_YOUR GOAL_
How many lines in the listing include the string "this"? Reply with the number alone.

_EXTRACTED MATERIAL_
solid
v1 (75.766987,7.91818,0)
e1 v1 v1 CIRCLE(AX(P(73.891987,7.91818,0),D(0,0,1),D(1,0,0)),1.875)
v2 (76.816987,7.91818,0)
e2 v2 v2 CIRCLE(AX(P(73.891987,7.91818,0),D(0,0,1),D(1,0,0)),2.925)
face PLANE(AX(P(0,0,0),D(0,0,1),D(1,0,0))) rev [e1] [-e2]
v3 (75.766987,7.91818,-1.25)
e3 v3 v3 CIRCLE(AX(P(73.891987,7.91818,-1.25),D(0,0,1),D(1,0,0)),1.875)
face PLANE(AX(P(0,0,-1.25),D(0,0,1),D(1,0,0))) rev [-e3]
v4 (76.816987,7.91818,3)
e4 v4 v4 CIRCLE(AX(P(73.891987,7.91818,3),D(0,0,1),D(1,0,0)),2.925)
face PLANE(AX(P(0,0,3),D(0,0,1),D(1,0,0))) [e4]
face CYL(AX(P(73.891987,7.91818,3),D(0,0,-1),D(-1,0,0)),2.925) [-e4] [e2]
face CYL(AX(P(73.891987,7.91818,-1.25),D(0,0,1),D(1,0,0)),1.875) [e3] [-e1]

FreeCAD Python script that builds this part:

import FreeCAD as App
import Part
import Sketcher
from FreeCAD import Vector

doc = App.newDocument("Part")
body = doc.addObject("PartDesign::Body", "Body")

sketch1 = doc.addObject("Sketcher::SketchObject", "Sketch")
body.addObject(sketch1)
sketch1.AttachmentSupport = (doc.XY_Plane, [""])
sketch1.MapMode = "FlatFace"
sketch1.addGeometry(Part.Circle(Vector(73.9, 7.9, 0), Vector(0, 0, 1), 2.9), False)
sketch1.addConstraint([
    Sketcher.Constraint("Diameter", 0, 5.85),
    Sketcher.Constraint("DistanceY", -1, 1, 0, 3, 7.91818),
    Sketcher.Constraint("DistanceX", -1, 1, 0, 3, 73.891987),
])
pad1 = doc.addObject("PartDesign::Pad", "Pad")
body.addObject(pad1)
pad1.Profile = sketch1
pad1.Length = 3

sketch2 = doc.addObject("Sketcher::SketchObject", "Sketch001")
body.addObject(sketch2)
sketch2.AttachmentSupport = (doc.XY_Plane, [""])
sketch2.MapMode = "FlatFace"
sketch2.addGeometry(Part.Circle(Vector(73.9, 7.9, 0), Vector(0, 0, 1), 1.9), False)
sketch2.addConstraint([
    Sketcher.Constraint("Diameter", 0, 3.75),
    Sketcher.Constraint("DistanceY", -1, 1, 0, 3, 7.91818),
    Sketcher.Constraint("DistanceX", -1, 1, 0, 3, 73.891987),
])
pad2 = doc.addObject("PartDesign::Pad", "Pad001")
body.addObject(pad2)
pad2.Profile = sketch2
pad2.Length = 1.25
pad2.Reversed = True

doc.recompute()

--

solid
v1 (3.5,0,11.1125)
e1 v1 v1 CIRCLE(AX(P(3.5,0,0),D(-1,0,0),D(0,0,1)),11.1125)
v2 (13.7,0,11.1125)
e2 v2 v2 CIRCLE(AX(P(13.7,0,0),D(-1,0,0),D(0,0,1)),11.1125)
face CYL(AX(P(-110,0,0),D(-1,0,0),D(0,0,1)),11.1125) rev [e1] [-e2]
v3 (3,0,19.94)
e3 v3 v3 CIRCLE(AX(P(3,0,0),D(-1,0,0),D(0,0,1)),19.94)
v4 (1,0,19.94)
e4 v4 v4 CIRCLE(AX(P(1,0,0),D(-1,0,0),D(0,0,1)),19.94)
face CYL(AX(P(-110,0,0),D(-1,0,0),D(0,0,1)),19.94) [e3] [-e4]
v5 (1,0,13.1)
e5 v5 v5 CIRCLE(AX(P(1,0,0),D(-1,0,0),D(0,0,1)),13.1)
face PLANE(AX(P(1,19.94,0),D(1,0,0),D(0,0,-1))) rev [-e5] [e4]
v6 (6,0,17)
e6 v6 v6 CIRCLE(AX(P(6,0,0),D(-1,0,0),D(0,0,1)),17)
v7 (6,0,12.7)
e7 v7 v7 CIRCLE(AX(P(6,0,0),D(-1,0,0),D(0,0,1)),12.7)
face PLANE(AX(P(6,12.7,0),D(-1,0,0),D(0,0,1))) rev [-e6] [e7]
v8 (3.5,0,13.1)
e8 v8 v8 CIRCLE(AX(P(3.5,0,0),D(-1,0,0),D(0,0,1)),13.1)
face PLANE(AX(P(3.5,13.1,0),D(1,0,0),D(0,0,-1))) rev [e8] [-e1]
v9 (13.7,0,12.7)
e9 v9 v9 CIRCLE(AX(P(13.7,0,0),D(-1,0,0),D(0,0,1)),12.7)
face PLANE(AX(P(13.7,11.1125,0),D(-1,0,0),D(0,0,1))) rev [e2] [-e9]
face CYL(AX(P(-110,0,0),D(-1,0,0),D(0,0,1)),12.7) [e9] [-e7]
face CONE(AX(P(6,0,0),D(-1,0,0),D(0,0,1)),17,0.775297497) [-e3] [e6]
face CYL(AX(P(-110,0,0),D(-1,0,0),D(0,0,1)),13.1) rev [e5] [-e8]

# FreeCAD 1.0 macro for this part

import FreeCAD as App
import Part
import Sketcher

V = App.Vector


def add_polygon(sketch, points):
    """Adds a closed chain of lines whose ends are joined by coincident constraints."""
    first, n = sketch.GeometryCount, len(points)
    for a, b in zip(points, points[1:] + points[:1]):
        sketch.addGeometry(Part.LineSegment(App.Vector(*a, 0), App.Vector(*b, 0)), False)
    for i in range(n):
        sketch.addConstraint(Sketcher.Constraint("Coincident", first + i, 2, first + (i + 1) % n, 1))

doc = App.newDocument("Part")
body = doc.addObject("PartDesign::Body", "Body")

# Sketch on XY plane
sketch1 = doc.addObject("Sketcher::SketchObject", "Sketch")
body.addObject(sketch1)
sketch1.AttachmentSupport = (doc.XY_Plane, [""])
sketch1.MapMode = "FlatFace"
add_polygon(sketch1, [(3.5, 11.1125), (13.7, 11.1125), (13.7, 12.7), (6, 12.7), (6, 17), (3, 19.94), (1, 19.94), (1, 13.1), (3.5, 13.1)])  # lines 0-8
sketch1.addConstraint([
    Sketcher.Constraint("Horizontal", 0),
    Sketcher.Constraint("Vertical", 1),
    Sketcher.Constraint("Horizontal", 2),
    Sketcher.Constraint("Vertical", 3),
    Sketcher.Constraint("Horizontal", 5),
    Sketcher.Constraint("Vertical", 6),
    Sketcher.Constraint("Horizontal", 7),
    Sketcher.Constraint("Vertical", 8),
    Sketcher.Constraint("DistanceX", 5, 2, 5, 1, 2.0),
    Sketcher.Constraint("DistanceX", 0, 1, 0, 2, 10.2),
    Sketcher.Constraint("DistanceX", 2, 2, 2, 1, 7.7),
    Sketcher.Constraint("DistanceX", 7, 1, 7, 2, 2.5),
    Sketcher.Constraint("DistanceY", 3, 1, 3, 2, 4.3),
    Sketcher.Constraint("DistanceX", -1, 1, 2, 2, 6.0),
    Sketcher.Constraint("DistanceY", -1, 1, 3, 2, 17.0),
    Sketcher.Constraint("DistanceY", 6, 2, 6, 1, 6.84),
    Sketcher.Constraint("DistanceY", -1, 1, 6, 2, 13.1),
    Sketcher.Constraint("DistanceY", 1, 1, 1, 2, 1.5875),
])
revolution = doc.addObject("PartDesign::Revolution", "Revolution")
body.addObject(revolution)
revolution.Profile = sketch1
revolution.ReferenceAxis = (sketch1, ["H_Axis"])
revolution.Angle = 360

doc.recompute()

_YOUR SOLUTION_
2